The ribosome is in itself an exceedingly complex compound molecule consisting of an upper and a lower part. The ribosome is the place where the codons of the m-RNA are translated into a sequence of amino acids and form a protein chain. Each codon is processed by the ribosome and adds a single amino acid to the protein chain.

The general function of the ribosomes is the same across all species, although the specific configuration varies somewhat. For an interesting description of how ribosomes work, see The Smartest Living Nanomachine. Here is one quote from the article:

"Ribosomes are found in practically identical form in every living cell on Earth, whether it be the single-celled archaea in the thermal vents of the ocean floor, the bacteria on the surface of the planet, or the cells in the human body. ... ribosomes are believed to be among the most-ancient molecular machines of life."

A cell builds ribosomes from Ribosomal DNA genes. In Eukaryotes (proper cells), the nucleolus is the building site. About 150 genes are involved in the construction of ribosomes. A typical ribosome contains about 250,000 atoms. Of course ribosomes have to be constructed without the benefit of ribosomes (used to construct most other molecules in a cell). This requires additional genes, many of which do not appear in the final product. A typical cell has thousands of ribosomes.
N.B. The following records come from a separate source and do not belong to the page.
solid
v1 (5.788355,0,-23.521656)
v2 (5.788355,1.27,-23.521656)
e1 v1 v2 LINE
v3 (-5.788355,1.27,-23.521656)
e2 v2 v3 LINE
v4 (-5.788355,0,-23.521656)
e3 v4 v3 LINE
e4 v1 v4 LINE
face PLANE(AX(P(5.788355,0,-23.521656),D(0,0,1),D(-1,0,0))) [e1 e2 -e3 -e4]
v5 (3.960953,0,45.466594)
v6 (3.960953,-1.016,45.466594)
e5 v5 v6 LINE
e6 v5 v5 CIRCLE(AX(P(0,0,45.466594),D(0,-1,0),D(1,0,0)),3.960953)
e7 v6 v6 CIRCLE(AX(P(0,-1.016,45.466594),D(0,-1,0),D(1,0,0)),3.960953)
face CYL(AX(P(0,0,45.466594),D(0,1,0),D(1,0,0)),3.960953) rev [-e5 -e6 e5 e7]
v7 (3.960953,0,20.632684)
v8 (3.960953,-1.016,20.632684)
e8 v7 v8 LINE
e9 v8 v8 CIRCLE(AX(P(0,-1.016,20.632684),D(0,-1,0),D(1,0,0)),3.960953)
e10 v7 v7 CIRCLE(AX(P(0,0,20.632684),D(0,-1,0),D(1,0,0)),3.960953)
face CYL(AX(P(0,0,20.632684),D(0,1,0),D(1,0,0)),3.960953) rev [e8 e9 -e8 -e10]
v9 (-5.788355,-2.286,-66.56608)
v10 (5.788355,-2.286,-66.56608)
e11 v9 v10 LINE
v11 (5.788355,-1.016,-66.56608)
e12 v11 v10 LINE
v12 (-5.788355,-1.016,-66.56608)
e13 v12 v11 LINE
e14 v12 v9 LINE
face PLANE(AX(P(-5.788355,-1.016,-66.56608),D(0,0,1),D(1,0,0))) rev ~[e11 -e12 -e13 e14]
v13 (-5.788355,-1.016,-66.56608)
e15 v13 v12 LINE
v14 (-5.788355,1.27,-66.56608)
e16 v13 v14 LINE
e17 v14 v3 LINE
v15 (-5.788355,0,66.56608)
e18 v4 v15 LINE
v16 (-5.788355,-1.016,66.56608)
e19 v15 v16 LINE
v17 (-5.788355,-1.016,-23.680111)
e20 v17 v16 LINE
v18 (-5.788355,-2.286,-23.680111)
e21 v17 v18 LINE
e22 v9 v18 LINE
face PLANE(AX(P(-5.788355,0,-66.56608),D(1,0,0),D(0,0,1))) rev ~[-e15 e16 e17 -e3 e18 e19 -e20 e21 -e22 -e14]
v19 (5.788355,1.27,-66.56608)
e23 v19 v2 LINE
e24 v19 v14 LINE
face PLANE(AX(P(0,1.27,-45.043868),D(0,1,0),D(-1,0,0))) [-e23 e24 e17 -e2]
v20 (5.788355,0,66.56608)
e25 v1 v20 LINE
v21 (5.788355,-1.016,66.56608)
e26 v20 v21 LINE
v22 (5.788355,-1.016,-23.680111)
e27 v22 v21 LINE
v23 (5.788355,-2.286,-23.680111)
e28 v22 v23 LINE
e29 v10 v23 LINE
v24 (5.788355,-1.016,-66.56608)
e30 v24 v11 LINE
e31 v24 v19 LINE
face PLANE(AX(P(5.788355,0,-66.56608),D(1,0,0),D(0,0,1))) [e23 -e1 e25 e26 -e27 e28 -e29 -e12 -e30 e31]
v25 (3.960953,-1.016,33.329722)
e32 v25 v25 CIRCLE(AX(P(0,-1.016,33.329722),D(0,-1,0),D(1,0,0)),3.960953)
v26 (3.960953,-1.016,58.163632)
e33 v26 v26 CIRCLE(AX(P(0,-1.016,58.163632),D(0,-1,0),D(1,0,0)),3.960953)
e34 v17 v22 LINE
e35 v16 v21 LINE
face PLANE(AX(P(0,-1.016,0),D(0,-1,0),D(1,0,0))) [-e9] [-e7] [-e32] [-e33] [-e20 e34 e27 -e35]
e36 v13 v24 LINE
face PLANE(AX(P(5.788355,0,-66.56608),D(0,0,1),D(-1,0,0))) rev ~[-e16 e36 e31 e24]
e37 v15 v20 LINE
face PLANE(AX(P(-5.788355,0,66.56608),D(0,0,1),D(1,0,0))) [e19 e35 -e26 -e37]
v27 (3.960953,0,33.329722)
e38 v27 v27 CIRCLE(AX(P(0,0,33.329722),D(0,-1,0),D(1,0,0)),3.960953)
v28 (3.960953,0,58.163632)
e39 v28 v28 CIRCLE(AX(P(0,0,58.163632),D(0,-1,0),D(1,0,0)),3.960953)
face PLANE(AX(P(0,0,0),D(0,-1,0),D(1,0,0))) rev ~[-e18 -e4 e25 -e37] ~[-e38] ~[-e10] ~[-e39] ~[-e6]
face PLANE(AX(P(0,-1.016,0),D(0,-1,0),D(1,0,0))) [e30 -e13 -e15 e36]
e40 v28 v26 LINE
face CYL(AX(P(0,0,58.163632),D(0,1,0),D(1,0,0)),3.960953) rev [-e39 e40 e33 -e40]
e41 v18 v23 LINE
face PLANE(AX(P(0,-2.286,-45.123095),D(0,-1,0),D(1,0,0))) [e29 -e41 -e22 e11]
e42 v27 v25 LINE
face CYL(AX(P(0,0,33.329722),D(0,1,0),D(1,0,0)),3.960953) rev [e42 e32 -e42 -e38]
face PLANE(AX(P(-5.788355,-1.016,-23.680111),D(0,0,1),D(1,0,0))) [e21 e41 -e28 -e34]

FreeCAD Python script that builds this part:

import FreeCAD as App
import Part
import Sketcher
from FreeCAD import Vector
Q = App.Units.Quantity


def add_polygon(sketch, points):
    """Adds a closed chain of lines whose ends are joined by coincident constraints."""
    first, n = sketch.GeometryCount, len(points)
    for a, b in zip(points, points[1:] + points[:1]):
        sketch.addGeometry(Part.LineSegment(App.Vector(*a, 0), App.Vector(*b, 0)), False)
    for i in range(n):
        sketch.addConstraint(Sketcher.Constraint("Coincident", first + i, 2, first + (i + 1) % n, 1))

doc = App.newDocument("Part")
body = doc.addObject("PartDesign::Body", "Body")

# Sketch on XZ plane
sketch1 = body.newObject("Sketcher::SketchObject", "Sketch")
sketch1.AttachmentSupport = (doc.getObject("XZ_Plane"), [""])
sketch1.MapMode = "FlatFace"
add_polygon(sketch1, [(-5.8, 66.6), (-5.8, -66.6), (5.8, -66.6), (5.8, 66.6)])  # lines 0-3
sketch1.addGeometry(Part.Circle(Vector(0, 20.6, 0), Vector(0, 0, 1), 4), False)  # 4
sketch1.addGeometry(Part.Circle(Vector(0, 33.3, 0), Vector(0, 0, 1), 4), False)  # 5
sketch1.addGeometry(Part.Circle(Vector(0, 45.5, 0), Vector(0, 0, 1), 4), False)  # 6
sketch1.addGeometry(Part.Circle(Vector(0, 58.2, 0), Vector(0, 0, 1), 4), False)  # 7
sketch1.addConstraint([
    Sketcher.Constraint("Vertical", 0),
    Sketcher.Constraint("Horizontal", 1),
    Sketcher.Constraint("Vertical", 2),
    Sketcher.Constraint("Horizontal", 3),
    Sketcher.Constraint("Equal", 4, 5),
    Sketcher.Constraint("Equal", 5, 6),
    Sketcher.Constraint("Equal", 6, 7),
    Sketcher.Constraint("Symmetric", 0, 2, 2, 2, -1, 1),
    Sketcher.Constraint("PointOnObject", 4, 3, -2),
    Sketcher.Constraint("PointOnObject", 5, 3, -2),
    Sketcher.Constraint("PointOnObject", 6, 3, -2),
    Sketcher.Constraint("PointOnObject", 7, 3, -2),
    Sketcher.Constraint("Diameter", 4, Q("7.921906 mm")),
    Sketcher.Constraint("DistanceX", 1, 1, 1, 2, Q("11.57671 mm")),
    Sketcher.Constraint("DistanceY", 0, 2, 0, 1, Q("133.13216 mm")),
    Sketcher.Constraint("DistanceY", -1, 1, 5, 3, Q("33.329722 mm")),
    Sketcher.Constraint("DistanceY", 4, 3, 6, 3, Q("24.83391 mm")),
    Sketcher.Constraint("DistanceY", 5, 3, 7, 3, Q("24.83391 mm")),
    Sketcher.Constraint("DistanceY", -1, 1, 4, 3, Q("20.632684 mm")),
])
pad1 = body.newObject("PartDesign::Pad", "Pad")
pad1.Profile = sketch1
pad1.Length = Q("0.04 in")

# Sketch on XZ plane
sketch2 = body.newObject("Sketcher::SketchObject", "Sketch001")
sketch2.AttachmentSupport = (doc.getObject("XZ_Plane"), [""])
sketch2.MapMode = "FlatFace"
sketch2.AttachmentOffset = App.Placement(Vector(0, 0, 0.04 * 25.4), App.Rotation())
add_polygon(sketch2, [(-6, -24), (-6, -67), (6, -67), (6, -24)])  # lines 0-3
sketch2.addConstraint([
    Sketcher.Constraint("Vertical", 0),
    Sketcher.Constraint("Horizontal", 1),
    Sketcher.Constraint("Vertical", 2),
    Sketcher.Constraint("Horizontal", 3),
    Sketcher.Constraint("DistanceX", 1, 1, 1, 2, Q("11.57671 mm")),
    Sketcher.Constraint("DistanceY", 0, 2, 0, 1, Q("42.885969 mm")),
    Sketcher.Constraint("DistanceY", 0, 2, -1, 1, Q("66.56608 mm")),
    Sketcher.Constraint("DistanceX", 0, 2, -1, 1, Q("5.788355 mm")),
])
pad2 = body.newObject("PartDesign::Pad", "Pad001")
pad2.Profile = sketch2
pad2.Length = Q("0.05 in")

# Sketch on XZ plane
sketch3 = body.newObject("Sketcher::SketchObject", "Sketch002")
sketch3.AttachmentSupport = (doc.getObject("XZ_Plane"), [""])
sketch3.MapMode = "FlatFace"
add_polygon(sketch3, [(6, -24), (6, -67), (-6, -67), (-6, -24)])  # lines 0-3
sketch3.addConstraint([
    Sketcher.Constraint("Vertical", 0),
    Sketcher.Constraint("Horizontal", 1),
    Sketcher.Constraint("Vertical", 2),
    Sketcher.Constraint("Horizontal", 3),
    Sketcher.Constraint("DistanceX", 1, 2, 1, 1, Q("11.57671 mm")),
    Sketcher.Constraint("DistanceY", 0, 2, 0, 1, Q("43.044424 mm")),
    Sketcher.Constraint("DistanceY", 0, 2, -1, 1, Q("66.56608 mm")),
    Sketcher.Constraint("DistanceX", -1, 1, 0, 2, Q("5.788355 mm")),
])
pad3 = body.newObject("PartDesign::Pad", "Pad002")
pad3.Profile = sketch3
pad3.Length = Q("0.05 in")
pad3.Reversed = True

doc.recompute()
* Translation in the ribosome requires the presence of transfer RNA molecules, t-RNA, designed for each amino acid. One end of the t-RNA has a codon from the codon table, the opposite end has the corresponding amino acid attached. The ribosome reads the codons on the m-RNA one at a time, matches the codon to a corresponding t-RNA molecule, detaches the amino acid from the t-RNA, and adds it to a building chain of amino acids that will form a protein when the chain is complete. The t-RNA molecules are released to capture another amino acid for future use.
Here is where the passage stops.